For comparison, I’ve also tried the same codes with M1 Mac (32 GB mem), which gives
[ g++-10 -O3 ]
real 0m7.309s
user 0m4.272s
sys 0m2.949s
[ gfortran-10 -O3 ]
real 0m6.057s
user 0m3.280s
sys 0m2.594s
In this case the difference becomes smaller than the Linux box above. This may be because M1’s memory (DDR5) is better than the Linux one (DDR3, a bit old, if I remember correctly…)
isn’it invalid (= not standard-conforming) to access array elements that have not been assigned any value? (assuming maxval() accesses all elements of x(1:n))
My Windows gfortran Ver 11.1 does an auto initialising of allocated arrays.
The purpose of my code was to test if “allocate(x(n), source = 0d0)” took more time than “allocate(x(n))”,ie to try and identify when physical memory was allocated to the array.
I would suggest that these 3 tests, ( these 2 fortran allocate options) plus the C++ test have been presented to identify the time taken to allocate physical memory and when.
It would be nice to think that Fortran does a better job of arranging memory alloction.
Also, It should be preferred to report “wall clock times”, not CPU time classes ( that user/sys suggests).

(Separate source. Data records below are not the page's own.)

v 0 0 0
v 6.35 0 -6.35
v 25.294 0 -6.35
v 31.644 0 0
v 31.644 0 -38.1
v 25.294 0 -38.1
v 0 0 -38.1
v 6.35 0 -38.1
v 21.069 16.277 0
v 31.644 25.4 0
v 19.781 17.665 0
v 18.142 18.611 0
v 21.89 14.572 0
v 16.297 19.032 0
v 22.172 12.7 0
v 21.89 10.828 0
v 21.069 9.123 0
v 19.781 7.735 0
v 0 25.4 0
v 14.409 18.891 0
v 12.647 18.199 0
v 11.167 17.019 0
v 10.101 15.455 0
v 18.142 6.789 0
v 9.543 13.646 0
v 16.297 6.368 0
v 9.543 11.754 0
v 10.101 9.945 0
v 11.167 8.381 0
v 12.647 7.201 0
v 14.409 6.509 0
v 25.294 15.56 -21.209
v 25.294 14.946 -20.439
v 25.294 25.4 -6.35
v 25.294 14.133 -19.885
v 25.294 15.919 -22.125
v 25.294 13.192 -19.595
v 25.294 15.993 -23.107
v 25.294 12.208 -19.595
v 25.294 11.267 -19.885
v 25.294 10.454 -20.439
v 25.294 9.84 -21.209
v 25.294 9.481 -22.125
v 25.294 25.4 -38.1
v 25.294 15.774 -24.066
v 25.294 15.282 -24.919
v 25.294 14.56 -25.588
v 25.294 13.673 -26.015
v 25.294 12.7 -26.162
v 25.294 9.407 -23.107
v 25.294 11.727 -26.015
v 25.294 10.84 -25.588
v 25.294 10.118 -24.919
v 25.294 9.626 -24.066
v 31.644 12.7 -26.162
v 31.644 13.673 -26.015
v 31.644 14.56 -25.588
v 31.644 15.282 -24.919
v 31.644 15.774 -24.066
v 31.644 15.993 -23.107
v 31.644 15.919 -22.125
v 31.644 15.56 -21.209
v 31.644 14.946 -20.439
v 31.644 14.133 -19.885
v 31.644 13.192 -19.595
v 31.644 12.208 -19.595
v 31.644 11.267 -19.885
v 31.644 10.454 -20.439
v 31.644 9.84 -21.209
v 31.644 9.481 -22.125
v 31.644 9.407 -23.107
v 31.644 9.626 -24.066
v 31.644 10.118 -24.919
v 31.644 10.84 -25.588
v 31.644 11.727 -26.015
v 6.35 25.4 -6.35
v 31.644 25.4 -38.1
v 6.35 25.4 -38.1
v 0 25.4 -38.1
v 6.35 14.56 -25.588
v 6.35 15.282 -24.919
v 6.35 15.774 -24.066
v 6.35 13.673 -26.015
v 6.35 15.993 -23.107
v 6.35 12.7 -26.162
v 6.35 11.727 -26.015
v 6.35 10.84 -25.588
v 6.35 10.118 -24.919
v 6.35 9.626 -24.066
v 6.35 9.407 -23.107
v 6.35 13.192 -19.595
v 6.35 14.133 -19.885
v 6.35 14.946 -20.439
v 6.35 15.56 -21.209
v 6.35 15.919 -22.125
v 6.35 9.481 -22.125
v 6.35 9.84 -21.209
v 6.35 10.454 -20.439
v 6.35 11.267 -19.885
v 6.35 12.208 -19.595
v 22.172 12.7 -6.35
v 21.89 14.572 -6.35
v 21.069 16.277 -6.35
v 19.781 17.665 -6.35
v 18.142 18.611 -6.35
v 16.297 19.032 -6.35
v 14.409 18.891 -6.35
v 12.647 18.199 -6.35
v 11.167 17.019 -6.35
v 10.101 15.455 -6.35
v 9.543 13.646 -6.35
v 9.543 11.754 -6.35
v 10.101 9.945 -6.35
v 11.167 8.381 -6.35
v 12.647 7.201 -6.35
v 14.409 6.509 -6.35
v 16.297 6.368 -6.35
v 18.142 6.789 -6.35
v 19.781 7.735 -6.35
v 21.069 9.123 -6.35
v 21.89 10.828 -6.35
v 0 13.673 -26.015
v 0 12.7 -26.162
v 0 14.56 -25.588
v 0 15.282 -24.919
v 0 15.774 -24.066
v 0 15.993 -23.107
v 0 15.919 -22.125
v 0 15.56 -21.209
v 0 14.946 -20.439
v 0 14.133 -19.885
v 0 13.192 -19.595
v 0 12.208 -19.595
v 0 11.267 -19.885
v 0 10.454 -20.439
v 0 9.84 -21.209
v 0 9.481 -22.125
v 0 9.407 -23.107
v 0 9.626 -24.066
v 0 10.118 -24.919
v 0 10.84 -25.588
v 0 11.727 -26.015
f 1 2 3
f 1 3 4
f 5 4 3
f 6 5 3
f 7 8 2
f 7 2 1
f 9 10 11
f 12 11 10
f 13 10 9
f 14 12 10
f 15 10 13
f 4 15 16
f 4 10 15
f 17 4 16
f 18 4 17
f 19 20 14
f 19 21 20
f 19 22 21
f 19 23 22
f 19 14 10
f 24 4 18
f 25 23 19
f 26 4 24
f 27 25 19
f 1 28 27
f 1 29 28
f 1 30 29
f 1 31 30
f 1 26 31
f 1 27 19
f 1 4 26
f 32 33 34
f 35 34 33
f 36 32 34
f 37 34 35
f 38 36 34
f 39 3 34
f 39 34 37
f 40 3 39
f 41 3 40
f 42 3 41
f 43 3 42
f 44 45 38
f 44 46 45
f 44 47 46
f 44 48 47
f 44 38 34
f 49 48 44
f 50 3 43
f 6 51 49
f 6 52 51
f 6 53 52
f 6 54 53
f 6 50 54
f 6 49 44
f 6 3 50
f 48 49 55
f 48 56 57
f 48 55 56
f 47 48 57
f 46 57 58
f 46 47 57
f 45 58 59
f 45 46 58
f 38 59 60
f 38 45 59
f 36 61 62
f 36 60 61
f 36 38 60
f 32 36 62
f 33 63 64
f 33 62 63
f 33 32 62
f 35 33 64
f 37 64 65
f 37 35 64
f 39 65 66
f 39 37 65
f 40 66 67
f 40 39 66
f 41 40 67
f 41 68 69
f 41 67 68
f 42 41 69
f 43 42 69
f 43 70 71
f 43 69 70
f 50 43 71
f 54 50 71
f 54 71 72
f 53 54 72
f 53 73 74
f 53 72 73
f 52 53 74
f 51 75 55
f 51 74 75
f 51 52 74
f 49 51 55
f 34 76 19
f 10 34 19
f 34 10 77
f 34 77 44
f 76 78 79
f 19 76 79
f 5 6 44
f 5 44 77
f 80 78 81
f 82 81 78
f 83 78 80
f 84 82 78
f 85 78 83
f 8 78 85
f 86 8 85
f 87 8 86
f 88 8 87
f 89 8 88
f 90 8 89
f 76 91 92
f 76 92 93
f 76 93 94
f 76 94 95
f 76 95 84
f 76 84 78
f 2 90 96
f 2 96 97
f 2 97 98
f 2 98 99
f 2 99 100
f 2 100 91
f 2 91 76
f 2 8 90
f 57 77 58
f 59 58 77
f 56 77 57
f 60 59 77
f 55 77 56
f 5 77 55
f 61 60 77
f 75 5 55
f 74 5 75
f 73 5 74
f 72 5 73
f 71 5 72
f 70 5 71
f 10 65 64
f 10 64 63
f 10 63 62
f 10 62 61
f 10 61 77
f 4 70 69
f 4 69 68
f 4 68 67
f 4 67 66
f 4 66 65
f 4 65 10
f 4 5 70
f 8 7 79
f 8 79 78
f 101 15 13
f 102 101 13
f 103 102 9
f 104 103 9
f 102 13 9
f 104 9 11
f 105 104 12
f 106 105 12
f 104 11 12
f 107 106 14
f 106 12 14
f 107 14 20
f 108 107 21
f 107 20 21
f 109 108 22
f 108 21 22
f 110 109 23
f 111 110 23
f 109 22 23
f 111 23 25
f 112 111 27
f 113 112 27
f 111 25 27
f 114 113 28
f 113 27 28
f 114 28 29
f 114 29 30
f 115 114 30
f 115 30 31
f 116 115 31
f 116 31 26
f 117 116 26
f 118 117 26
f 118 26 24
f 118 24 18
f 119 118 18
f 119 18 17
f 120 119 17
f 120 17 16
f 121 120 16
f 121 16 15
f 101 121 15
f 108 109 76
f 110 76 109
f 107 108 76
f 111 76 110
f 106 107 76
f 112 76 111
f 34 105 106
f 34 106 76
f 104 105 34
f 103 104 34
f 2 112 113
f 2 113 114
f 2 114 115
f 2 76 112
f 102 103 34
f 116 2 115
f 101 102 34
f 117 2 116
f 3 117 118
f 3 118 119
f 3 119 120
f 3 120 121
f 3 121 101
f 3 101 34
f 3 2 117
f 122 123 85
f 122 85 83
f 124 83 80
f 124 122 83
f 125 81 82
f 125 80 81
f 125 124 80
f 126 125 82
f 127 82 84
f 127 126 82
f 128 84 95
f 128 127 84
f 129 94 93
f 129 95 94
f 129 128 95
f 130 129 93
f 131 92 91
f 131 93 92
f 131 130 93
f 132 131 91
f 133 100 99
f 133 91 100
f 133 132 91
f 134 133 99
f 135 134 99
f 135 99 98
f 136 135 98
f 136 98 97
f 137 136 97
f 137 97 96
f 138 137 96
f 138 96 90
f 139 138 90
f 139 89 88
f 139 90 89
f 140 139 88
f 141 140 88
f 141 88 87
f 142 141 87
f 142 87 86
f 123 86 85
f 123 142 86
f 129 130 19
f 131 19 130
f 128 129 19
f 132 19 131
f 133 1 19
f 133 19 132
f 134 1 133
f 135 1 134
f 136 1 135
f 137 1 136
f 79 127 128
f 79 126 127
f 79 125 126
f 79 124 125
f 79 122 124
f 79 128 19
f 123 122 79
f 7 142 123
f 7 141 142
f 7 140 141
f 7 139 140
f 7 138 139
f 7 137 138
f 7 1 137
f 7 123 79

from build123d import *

# Parameters (mm, degrees)
BOSS_EXTRUDE1_DEPTH     = 25.4
SKETCH2_R               = 6.35
CUT_EXTRUDE1_DEPTH      = 56.660932074
CUT_EXTRUDE2_DEPTH      = 53.31230942
CUT_EXTRUDE2_DEPTH_BACK = 53.31230942
SKETCH5_R               = 3.302


with BuildPart() as part:
    # Sketch1 → Boss-Extrude1 (new body)
    with BuildSketch(Plane(origin=(0, 0, 0), x_dir=(1, 0, 0), z_dir=(0, 1, 0))):
        Polygon((0, 0), (0, 38.1), (6.35, 38.1), (6.35, 6.35), (25.294420667, 6.35), (25.294420667, 38.1), (31.644420667, 38.1), (31.644420667, 0), align=None)
    extrude(amount=BOSS_EXTRUDE1_DEPTH)

    # Sketch2 → Cut-Extrude1 (cut, through all)
    with BuildSketch(Plane.XY):
        with Locations((15.822210333, 12.7)):
            Circle(SKETCH2_R)
    extrude(amount=-CUT_EXTRUDE1_DEPTH, mode=Mode.SUBTRACT)

    # Sketch5 → Cut-Extrude2 (cut, two sides: drawn at the far end of the back side and taken through both)
    with BuildSketch(Plane(origin=(6.35, 0, 0), x_dir=(0, 0, -1), z_dir=(1, 0, 0)).offset(-CUT_EXTRUDE2_DEPTH_BACK)):
        with Locations((22.86, 12.7)):
            Circle(SKETCH5_R)
    extrude(amount=CUT_EXTRUDE2_DEPTH + CUT_EXTRUDE2_DEPTH_BACK, mode=Mode.SUBTRACT)


solid = part.part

It would be interesting to try linking against TCMalloc instead of the system C/C++ libraries. I’m curious if TCMalloc can be used indirectly also from a Fortran executable.
The main disadvantage of using ALLOCATE for OpenMP is that allocate uses a single heap pool.

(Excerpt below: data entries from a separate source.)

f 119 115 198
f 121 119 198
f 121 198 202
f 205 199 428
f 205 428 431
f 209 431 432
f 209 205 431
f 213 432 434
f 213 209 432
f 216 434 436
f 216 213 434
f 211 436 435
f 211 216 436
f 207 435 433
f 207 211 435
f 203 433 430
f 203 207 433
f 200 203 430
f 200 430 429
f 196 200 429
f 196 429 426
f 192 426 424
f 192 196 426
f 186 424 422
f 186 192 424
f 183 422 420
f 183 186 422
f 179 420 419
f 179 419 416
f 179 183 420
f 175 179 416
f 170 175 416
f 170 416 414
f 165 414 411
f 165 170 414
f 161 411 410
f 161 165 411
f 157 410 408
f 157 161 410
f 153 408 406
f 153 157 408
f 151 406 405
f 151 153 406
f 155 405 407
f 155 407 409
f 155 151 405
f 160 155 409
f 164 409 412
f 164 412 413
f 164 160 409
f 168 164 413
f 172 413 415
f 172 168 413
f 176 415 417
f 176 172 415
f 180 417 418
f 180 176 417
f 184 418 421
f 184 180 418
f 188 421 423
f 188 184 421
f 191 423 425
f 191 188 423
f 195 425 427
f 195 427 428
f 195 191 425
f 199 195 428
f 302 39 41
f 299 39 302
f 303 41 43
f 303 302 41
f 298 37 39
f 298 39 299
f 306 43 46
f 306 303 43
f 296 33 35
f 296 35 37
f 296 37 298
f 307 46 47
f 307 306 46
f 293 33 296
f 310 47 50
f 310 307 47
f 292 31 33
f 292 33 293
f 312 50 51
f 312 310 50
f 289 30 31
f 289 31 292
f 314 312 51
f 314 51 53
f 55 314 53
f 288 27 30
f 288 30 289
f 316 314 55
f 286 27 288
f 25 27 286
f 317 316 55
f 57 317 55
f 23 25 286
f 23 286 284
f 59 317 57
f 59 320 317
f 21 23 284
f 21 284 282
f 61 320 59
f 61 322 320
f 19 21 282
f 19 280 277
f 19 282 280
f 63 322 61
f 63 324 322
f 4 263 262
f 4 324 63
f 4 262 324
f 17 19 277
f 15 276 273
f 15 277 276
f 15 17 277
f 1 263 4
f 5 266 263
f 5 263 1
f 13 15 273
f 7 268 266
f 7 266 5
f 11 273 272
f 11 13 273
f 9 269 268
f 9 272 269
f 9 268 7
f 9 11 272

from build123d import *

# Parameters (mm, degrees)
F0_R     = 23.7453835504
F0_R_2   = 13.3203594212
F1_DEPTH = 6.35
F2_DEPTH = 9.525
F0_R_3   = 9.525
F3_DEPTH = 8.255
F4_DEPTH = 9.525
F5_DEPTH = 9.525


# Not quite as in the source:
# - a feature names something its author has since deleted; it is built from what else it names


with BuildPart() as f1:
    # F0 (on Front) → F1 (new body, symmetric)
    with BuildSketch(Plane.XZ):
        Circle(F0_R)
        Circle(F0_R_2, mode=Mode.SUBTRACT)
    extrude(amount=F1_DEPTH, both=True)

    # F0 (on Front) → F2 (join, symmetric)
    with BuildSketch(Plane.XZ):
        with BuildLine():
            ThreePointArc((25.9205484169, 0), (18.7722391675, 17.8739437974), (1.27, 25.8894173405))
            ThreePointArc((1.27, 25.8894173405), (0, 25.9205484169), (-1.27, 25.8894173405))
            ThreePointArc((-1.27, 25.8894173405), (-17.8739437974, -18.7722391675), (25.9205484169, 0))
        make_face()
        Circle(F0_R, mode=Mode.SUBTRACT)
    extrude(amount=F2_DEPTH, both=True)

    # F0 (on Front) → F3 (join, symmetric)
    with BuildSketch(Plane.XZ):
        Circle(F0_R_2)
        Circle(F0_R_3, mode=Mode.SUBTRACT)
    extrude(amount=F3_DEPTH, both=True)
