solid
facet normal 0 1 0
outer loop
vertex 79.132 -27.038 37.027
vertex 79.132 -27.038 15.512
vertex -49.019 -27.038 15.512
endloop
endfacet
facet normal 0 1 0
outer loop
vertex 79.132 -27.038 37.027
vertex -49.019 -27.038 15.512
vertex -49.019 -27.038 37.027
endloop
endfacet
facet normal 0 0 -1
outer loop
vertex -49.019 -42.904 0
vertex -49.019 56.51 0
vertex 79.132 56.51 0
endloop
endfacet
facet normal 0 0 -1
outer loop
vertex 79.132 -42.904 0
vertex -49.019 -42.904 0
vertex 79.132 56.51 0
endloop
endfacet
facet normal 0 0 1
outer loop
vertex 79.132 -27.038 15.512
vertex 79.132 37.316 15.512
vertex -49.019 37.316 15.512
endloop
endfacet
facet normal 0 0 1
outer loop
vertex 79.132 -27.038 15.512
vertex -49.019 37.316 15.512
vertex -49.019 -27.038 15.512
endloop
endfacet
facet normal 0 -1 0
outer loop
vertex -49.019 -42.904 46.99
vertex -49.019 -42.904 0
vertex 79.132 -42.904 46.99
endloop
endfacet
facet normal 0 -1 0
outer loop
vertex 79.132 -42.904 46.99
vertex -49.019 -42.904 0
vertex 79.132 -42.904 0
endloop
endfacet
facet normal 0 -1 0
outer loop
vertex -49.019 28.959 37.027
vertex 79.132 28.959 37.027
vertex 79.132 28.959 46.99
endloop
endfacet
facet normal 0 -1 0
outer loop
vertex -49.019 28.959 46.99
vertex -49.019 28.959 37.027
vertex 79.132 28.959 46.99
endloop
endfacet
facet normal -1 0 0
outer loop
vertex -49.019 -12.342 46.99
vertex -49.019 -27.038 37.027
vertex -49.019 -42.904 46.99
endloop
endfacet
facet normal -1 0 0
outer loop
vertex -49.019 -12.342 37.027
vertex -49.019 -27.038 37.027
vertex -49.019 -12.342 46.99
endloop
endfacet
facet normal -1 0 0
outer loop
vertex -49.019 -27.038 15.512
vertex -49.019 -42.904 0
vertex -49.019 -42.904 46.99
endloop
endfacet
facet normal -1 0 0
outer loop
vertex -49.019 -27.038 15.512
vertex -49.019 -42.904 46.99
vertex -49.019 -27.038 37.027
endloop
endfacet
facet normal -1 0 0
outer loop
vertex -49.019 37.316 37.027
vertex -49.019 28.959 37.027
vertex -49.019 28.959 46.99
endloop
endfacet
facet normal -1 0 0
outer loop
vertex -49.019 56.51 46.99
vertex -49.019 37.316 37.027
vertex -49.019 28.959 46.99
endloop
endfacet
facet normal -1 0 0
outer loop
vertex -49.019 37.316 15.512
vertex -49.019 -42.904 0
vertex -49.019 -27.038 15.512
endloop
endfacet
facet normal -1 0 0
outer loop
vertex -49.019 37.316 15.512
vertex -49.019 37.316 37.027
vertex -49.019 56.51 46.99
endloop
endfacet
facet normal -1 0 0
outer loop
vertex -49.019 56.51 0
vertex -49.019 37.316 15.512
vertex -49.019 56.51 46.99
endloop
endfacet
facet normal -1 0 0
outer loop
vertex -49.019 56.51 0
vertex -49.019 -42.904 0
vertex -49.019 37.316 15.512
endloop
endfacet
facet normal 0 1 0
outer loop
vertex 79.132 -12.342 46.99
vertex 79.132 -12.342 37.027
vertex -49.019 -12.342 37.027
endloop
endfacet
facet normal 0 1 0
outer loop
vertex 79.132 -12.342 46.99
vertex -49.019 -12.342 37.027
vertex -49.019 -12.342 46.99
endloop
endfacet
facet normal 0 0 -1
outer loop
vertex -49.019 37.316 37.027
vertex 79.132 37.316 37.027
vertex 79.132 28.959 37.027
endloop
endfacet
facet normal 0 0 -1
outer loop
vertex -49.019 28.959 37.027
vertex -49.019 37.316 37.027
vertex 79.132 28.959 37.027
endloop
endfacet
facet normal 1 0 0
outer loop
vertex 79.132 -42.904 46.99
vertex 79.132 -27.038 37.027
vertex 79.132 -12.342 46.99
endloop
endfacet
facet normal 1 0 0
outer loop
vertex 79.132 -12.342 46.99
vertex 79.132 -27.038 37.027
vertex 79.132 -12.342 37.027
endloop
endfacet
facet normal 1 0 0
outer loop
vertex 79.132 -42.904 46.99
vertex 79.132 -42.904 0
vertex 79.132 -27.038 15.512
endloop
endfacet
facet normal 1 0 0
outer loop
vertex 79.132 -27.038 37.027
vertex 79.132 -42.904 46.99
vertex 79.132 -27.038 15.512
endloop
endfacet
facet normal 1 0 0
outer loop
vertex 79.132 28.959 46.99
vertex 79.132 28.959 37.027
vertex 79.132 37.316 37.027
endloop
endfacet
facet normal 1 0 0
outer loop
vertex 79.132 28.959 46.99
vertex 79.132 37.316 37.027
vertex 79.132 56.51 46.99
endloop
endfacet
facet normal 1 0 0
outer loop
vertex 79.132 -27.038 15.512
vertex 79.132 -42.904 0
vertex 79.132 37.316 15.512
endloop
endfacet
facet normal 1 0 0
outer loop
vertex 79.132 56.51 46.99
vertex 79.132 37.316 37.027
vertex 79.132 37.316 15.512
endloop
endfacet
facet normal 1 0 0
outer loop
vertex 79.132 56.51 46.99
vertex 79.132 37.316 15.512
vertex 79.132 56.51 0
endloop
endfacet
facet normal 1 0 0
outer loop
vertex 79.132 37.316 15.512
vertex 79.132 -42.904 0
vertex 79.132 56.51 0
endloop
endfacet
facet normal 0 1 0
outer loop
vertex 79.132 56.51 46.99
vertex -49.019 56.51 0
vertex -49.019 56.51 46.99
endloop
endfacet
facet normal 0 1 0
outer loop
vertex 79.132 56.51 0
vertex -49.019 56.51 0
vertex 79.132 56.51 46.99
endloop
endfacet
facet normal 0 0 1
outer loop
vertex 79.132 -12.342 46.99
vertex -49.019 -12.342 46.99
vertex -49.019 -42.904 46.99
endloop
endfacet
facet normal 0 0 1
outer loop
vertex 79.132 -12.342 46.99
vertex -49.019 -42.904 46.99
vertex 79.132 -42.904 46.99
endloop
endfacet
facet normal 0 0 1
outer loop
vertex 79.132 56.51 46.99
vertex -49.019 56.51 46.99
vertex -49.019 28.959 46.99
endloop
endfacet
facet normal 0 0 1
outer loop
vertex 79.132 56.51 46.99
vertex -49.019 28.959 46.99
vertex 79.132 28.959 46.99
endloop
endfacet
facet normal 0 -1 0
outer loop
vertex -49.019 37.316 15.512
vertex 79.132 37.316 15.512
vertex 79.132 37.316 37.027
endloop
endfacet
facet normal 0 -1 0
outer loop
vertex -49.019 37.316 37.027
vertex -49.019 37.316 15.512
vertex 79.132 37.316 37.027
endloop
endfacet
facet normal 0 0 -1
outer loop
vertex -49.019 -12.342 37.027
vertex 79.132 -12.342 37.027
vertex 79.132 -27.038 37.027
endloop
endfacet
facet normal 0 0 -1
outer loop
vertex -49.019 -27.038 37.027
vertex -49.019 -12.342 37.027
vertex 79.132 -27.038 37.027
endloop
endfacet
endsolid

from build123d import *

# Parameters (mm, degrees)
F0_W     = 128.1502880156
F0_H     = 99.4144454598
F1_DEPTH = 46.99
F3_W     = 64.353780821
F3_H     = 21.5152939782
F4_DEPTH = 102.7512880156
F5_W     = 41.3016797975
F5_H     = 23.244202137
F6_DEPTH = 167.894
F7_DEPTH = 64.008
F8_DEPTH = 88.138


with BuildPart() as f1:
    # F0 (on Top) → F1 (new body)
    with BuildSketch(Plane.XY):
        with Locations((15.0564964861, 6.8030394614)):
            Rectangle(F0_W, F0_H)
    extrude(amount=F1_DEPTH)

    # F3 (on offset) → F4 (cut, through all)
    with BuildSketch(Plane(origin=(-23.6186475217, 0, 0), x_dir=(0, -1, 0), z_dir=(-1, 0, 0))):
        with Locations((-5.138698034, 26.2697902508)):
            Rectangle(F3_W, F3_H)
    extrude(amount=-F4_DEPTH, mode=Mode.SUBTRACT)

    # F5 (on offset) → F6 (cut)
    with BuildSketch(Plane(origin=(-23.6186475217, 0, 0), x_dir=(0, -1, 0), z_dir=(-1, 0, 0))):
        with Locations((-8.3083617501, 44.8075197637)):
            Rectangle(F5_W, F5_H)
    extrude(amount=-F6_DEPTH, mode=Mode.SUBTRACT)

    # F3 (on offset) → F7 (cut)
    with BuildSketch(Plane(origin=(-23.6186475217, 0, 0), x_dir=(0, -1, 0), z_dir=(-1, 0, 0))):
        with Locations((-5.138698034, 26.2697902508)):
            Rectangle(F3_W, F3_H)
    extrude(amount=F7_DEPTH, mode=Mode.SUBTRACT)

    # F5 (on offset) → F8 (cut)
    with BuildSketch(Plane(origin=(-23.6186475217, 0, 0), x_dir=(0, -1, 0), z_dir=(-1, 0, 0))):
        with Locations((-8.3083617501, 44.8075197637)):
            Rectangle(F5_W, F5_H)
    extrude(amount=F8_DEPTH, mode=Mode.SUBTRACT)


solid = f1.part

Perhaps TCMalloc tries to address this problem ?
An alternative to address this problem could be the capability to allocate onto a new memory page, if the previous allocate was for a different thread. (not yet an option
This performance problem of sharing memory pages between threads is only identifiable for small arrays, which could be made local/automatic and so placed onto the different thread stacks.
It is then preferrable to ALLOCATE for large arrays, where the sharing of memory pages between threads becomes less of a problem.
Another way of mitigating the problem is to allocate arrays whose size is a multiple of the memory page size (4kbytes); ie increasing the array size. (this appears to help)
In practice, with large allocate arrays, it is difficult to identify the inefficiency of a shared heap, with all the other problems, especially of variability of core performance.
My latest multi-thread AMD performance issues appear to relate to variable core clock speeds, not memory sharing between threads (where I do adjust allocate array sizes).
In Fortran, using alternatives to ALLOCATE can introduce added complexity to the array allocation, especially for OpenMP.
In practice, PRIVATE arrays can be easily manipulated between heap and stack by using a subroutine call inside the !$OMP region to control the way these arrays are defined, ie automatic/local vs allocate.
malloc and calloc are operating system calls. Any POSIX compliant operating system will provide those library routines.
As for how compilers work, many of them do compile to some low-level intermediate language, or to a sequence of languages, rather than directly to assembly code. Some compilers, including NAG I think, compile to C. gfortran compiles several high-level languages, including fortran, c, and c++, to its own intermediate language before finally generating the assembly instructions. The llvm compilers do something similar. This is what allows compilers to be portable across various combinations of hardware and operating systems. Optimizations can be performed at all the steps of this process. You will sometimes see the terms “front-end” and “back-end” optimization. It might well be in the back end, within the intermediate language, where the decision is made whether to do a malloc or a calloc system call.
No. If you look at the example in Compiler Explorer, you will see:
MAIN__:
push rbp
mov esi, 1
movabs rbp, 24000000000
push rbx
mov rdi, rbp
sub rsp, 552
call calloc #call to system calloc
test rax, rax
...
In this particular case, the system calloc implementation did better than C++'s operator new + memset. But as others have shown, you cannot generalize this to all platforms (OS’s, architectures).